Re: Is it possible to search for the empty string?

Posted by Walter Underwood <wu...@wunderwood.org>.
Not out of the box.

Fields are parsed into tokens and queries search on tokens. An empty string has no tokens for that field and a missing field has no tokens for that field.

If you really need to do this, then you’ll need to turn the empty string in a special token that means “empty string”, choosing a token that won’t conflict with any real token.
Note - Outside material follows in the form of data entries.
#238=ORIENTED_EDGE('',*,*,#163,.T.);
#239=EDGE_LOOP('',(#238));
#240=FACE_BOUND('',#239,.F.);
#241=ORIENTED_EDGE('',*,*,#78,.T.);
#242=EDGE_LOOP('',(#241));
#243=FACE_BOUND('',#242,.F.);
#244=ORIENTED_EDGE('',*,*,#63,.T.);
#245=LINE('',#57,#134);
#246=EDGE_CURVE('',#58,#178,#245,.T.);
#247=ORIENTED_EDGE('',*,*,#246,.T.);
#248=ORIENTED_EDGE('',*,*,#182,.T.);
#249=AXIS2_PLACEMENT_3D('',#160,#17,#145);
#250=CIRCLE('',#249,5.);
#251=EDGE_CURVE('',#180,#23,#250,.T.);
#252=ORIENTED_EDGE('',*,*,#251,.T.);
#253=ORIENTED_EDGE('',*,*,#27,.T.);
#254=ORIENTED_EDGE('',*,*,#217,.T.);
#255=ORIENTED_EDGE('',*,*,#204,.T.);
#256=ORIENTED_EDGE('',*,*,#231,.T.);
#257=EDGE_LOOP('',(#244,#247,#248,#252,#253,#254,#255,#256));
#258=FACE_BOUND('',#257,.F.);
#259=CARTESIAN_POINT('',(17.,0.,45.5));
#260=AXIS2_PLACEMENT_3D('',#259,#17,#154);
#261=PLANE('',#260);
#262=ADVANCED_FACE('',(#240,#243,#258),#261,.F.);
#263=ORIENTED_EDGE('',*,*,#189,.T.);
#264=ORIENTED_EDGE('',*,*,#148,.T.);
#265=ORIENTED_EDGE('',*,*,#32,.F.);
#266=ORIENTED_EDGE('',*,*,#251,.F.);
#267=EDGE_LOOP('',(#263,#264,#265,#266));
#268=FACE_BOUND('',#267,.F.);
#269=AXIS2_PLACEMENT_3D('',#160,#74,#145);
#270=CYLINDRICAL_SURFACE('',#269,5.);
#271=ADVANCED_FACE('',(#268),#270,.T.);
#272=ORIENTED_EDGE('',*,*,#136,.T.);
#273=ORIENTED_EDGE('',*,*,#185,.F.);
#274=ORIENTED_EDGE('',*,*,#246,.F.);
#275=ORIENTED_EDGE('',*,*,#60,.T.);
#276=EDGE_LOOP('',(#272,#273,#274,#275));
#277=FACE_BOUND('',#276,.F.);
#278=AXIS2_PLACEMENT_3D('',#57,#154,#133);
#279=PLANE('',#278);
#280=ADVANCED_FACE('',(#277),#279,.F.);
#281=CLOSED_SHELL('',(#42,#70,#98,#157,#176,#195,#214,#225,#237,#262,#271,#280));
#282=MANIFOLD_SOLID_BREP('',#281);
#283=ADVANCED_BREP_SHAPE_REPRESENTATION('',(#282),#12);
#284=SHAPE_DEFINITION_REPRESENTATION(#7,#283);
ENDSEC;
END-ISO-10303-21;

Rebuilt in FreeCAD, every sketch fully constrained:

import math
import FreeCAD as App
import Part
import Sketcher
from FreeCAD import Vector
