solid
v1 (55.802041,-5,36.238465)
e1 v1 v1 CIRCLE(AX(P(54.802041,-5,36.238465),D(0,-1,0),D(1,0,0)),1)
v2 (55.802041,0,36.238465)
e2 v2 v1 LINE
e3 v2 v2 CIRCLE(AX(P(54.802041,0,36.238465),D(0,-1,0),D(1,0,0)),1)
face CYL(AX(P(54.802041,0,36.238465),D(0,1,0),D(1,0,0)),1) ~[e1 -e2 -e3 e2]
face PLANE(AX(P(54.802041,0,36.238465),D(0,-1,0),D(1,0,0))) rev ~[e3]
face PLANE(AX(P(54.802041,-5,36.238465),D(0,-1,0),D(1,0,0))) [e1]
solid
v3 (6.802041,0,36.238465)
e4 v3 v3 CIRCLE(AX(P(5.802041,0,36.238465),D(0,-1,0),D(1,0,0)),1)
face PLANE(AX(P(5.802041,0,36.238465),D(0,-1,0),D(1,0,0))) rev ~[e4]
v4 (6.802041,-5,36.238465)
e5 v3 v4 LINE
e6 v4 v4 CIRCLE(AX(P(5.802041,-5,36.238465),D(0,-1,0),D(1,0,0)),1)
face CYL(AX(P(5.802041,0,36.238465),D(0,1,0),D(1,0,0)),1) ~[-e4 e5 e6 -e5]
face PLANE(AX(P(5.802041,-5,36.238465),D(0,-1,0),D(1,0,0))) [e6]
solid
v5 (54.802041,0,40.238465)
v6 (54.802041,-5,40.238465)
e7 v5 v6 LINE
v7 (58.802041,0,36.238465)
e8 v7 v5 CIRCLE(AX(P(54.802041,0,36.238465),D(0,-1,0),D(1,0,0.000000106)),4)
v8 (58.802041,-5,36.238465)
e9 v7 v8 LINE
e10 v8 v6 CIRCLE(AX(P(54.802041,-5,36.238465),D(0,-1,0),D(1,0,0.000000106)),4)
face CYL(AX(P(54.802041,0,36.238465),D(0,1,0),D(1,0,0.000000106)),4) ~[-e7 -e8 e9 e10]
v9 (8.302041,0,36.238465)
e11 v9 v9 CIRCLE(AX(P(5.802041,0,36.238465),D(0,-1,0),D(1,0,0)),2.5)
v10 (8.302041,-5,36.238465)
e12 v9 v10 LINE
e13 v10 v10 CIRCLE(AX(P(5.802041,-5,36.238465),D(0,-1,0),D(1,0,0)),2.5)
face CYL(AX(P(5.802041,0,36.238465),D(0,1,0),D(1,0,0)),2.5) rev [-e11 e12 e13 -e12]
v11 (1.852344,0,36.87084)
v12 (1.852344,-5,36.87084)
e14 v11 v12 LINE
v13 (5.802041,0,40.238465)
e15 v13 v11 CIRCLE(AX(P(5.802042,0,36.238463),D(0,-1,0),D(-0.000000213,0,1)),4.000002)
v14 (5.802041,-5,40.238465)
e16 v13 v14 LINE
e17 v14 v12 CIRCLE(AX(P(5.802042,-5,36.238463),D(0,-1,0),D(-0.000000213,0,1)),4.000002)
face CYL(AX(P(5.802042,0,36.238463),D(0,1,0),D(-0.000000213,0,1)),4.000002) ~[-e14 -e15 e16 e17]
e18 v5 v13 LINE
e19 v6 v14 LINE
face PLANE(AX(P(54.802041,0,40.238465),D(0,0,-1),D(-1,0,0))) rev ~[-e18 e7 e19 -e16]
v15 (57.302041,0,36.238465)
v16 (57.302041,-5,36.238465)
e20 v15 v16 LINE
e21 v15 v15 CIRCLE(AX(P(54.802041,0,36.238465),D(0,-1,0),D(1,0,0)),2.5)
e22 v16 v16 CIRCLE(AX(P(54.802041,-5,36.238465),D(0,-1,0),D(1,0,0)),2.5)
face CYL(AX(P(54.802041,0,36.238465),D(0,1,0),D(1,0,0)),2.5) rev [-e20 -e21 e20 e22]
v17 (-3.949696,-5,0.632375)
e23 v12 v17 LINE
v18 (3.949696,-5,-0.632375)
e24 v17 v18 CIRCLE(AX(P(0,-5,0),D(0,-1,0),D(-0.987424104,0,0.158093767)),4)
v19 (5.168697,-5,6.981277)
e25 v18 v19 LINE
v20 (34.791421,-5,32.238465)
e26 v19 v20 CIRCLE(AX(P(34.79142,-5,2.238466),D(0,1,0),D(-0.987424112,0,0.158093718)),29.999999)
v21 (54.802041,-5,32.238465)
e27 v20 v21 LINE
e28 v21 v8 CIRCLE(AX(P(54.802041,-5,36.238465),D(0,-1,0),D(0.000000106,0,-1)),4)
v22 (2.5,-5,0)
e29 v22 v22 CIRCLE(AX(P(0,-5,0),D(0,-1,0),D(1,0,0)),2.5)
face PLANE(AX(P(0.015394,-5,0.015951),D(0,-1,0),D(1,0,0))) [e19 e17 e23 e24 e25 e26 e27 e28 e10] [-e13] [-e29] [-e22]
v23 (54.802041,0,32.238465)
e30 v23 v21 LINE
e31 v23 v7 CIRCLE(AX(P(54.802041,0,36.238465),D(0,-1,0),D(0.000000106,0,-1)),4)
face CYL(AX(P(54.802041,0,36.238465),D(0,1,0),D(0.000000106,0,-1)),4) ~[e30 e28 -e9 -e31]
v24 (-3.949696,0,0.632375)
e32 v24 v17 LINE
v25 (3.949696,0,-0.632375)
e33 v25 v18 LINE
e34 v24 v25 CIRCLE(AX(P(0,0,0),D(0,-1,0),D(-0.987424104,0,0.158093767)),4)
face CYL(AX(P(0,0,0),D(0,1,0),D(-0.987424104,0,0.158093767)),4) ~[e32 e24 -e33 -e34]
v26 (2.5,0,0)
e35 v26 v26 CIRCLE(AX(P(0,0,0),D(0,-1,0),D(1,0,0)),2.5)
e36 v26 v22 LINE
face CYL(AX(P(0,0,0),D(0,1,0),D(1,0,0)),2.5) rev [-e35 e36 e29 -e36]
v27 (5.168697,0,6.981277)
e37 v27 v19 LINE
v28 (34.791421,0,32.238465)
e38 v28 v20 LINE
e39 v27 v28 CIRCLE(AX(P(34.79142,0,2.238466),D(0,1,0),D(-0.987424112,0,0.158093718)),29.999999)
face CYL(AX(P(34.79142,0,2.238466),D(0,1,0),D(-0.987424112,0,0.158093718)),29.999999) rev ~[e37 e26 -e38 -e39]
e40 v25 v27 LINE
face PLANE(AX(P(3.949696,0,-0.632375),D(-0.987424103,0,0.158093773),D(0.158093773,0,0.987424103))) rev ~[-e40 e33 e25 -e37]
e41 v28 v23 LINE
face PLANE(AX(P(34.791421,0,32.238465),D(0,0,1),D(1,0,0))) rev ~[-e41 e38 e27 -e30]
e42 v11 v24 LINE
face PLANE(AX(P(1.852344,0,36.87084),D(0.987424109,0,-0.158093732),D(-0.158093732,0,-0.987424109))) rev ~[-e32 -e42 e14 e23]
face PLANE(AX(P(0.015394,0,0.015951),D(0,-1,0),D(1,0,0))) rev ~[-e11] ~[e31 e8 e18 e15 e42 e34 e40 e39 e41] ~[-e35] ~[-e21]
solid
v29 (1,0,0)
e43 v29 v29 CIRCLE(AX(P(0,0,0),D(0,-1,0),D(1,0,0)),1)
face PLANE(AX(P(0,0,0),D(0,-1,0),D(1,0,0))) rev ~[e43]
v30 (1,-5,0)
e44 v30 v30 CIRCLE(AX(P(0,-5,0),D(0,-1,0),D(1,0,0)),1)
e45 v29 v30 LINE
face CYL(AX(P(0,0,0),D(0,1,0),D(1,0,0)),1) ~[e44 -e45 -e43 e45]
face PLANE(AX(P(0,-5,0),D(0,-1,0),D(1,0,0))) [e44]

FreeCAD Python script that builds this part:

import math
import FreeCAD as App
import Part
import Sketcher
Q = App.Units.Quantity

doc = App.newDocument("Part")
body = doc.addObject("PartDesign::Body", "Body")
body.AllowCompound = True

# Sketch on XZ plane
sketch1 = body.newObject("Sketcher::SketchObject", "Sketch")
sketch1.AttachmentSupport = (doc.getObject("XZ_Plane"), [""])
sketch1.MapMode = "FlatFace"
sketch1.addGeometry(Part.ArcOfCircle(Part.Circle(App.Vector(0, 0, 0), App.Vector(0, 0, 1), 4), math.radians(170.903731), math.radians(350.903731)), False)
sketch1.addGeometry(Part.LineSegment(App.Vector(3.949696, -0.632375, 0), App.Vector(5.168697, 6.981277, 0)), False)
sketch1.addGeometry(Part.ArcOfCircle(Part.Circle(App.Vector(34.79142, 2.238466, 0), App.Vector(0, 0, 1), 29.999999), math.radians(89.999998), math.radians(170.903734)), False)
sketch1.addGeometry(Part.LineSegment(App.Vector(34.791421, 32.238465, 0), App.Vector(54.802041, 32.238465, 0)), False)
sketch1.addGeometry(Part.ArcOfCircle(Part.Circle(App.Vector(54.802041, 36.238465, 0), App.Vector(0, 0, 1), 4), math.radians(-89.999994), math.radians(-0.000006)), False)
sketch1.addGeometry(Part.ArcOfCircle(Part.Circle(App.Vector(54.802041, 36.238465, 0), App.Vector(0, 0, 1), 4), math.radians(0.000006), math.radians(89.999994)), False)
sketch1.addGeometry(Part.LineSegment(App.Vector(54.802041, 40.238465, 0), App.Vector(5.802041, 40.238465, 0)), False)
sketch1.addGeometry(Part.ArcOfCircle(Part.Circle(App.Vector(5.802042, 36.238463, 0), App.Vector(0, 0, 1), 4.000002), math.radians(90.000012), math.radians(170.903712)), False)
sketch1.addGeometry(Part.LineSegment(App.Vector(1.852344, 36.87084, 0), App.Vector(-3.949696, 0.632375, 0)), False)
sketch1.addGeometry(Part.Circle(App.Vector(0, 0, 0), App.Vector(0, 0, 1), 2.5), False)
sketch1.addGeometry(Part.Circle(App.Vector(5.802041, 36.238465, 0), App.Vector(0, 0, 1), 2.5), False)
sketch1.addGeometry(Part.Circle(App.Vector(54.802041, 36.238465, 0), App.Vector(0, 0, 1), 2.5), False)
sketch1.addGeometry(Part.Circle(App.Vector(5.802041, 36.238465, 0), App.Vector(0, 0, 1), 1), False)
sketch1.addGeometry(Part.Circle(App.Vector(0, 0, 0), App.Vector(0, 0, 1), 1), False)
sketch1.addGeometry(Part.Circle(App.Vector(54.802041, 36.238465, 0), App.Vector(0, 0, 1), 1), False)
sketch1.addConstraint(Sketcher.Constraint("Tangent", 0, 2, 1, 1))
sketch1.addConstraint(Sketcher.Constraint("Tangent", 1, 2, 2, 2))
sketch1.addConstraint(Sketcher.Constraint("Tangent", 2, 1, 3, 1))
sketch1.addConstraint(Sketcher.Constraint("Tangent", 3, 2, 4, 1))
sketch1.addConstraint(Sketcher.Constraint("Tangent", 4, 2, 5, 1))
sketch1.addConstraint(Sketcher.Constraint("Tangent", 5, 2, 6, 1))
sketch1.addConstraint(Sketcher.Constraint("Tangent", 6, 2, 7, 1))
sketch1.addConstraint(Sketcher.Constraint("Tangent", 7, 2, 8, 1))
sketch1.addConstraint(Sketcher.Constraint("Tangent", 8, 2, 0, 1))
sketch1.addConstraint(Sketcher.Constraint("Horizontal", 3))
sketch1.addConstraint(Sketcher.Constraint("Horizontal", 6))
sketch1.addConstraint(Sketcher.Constraint("Coincident", 0, 3, -1, 1))
sketch1.addConstraint(Sketcher.Constraint("Coincident", 9, 3, -1, 1))
sketch1.addConstraint(Sketcher.Constraint("Coincident", 13, 3, -1, 1))
sketch1.addConstraint(Sketcher.Constraint("Coincident", 10, 3, 7, 3))
sketch1.addConstraint(Sketcher.Constraint("Coincident", 11, 3, 4, 3))
sketch1.addConstraint(Sketcher.Constraint("Coincident", 12, 3, 7, 3))
sketch1.addConstraint(Sketcher.Constraint("Coincident", 14, 3, 4, 3))
sketch1.addConstraint(Sketcher.Constraint("Equal", 0, 4))
sketch1.addConstraint(Sketcher.Constraint("Equal", 4, 5))
sketch1.addConstraint(Sketcher.Constraint("Equal", 5, 7))
sketch1.addConstraint(Sketcher.Constraint("Equal", 9, 10))
sketch1.addConstraint(Sketcher.Constraint("Equal", 10, 11))
sketch1.addConstraint(Sketcher.Constraint("Equal", 12, 13))
sketch1.addConstraint(Sketcher.Constraint("Equal", 13, 14))
sketch1.addConstraint(Sketcher.Constraint("Parallel", 1, 8))
sketch1.addConstraint(Sketcher.Constraint("Horizontal", 14, 3, 4, 2))
sketch1.addConstraint(Sketcher.Constraint("Diameter", 9, Q("5 mm")))
sketch1.addConstraint(Sketcher.Constraint("Diameter", 12, Q("2 mm")))
sketch1.addConstraint(Sketcher.Constraint("Radius", 0, Q("4 mm")))
sketch1.addConstraint(Sketcher.Constraint("Radius", 2, Q("29.999999 mm")))
sketch1.addConstraint(Sketcher.Constraint("DistanceX", 6, 2, 6, 1, Q("49 mm")))
sketch1.addConstraint(Sketcher.Constraint("Distance", 8, Q("36.7 mm")))
sketch1.addConstraint(Sketcher.Constraint("DistanceX", 0, 2, 1, 2, Q("1.219001 mm")))
pad1 = body.newObject("PartDesign::Pad", "Pad")
pad1.Profile = sketch1
pad1.Length = 5

doc.recompute()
At this point, we’re moving into Ugly Hack Land, but sometimes that is the best we can do.

For example, you could create an update request processor that checked for a field with an empty value, then replaced that with a rare character, perhaps a composed, compatibility Unicode character, like Angstrom (same as circle capital A), or one of the TV Guide symbols (numbers in TV-shaped surrounds), or my personal favorite, the IPA symbol for “audible gnashing of teeth”, which could be an appropriate response to this request.

That character is U+02AD, "LATIN LETTER BIDENTAL PERCUSSIVE” (http://www.fileformat.info/info/unicode/char/2ad/index.htm).

Then you would need to craft a query using this special token to mean “empty string”.

Of course, none of this works if some upstream processing of the update document strips fields with empty values.

wunder
Walter Underwood
wunder@wunderwood.org
http://observer.wunderwood.org/  (my blog)

On May 18, 2015, at 5:56 PM, Shawn Heisey <ap...@elyograg.org> wrote:

> Can I search for the empty string?  This is distinct from searching for
> documents that don't have a certain fieldat all, which I can already do
> with a clause of "*:* -field:[*TO *]"in my query.
> 
> Thanks,
> Shawn
>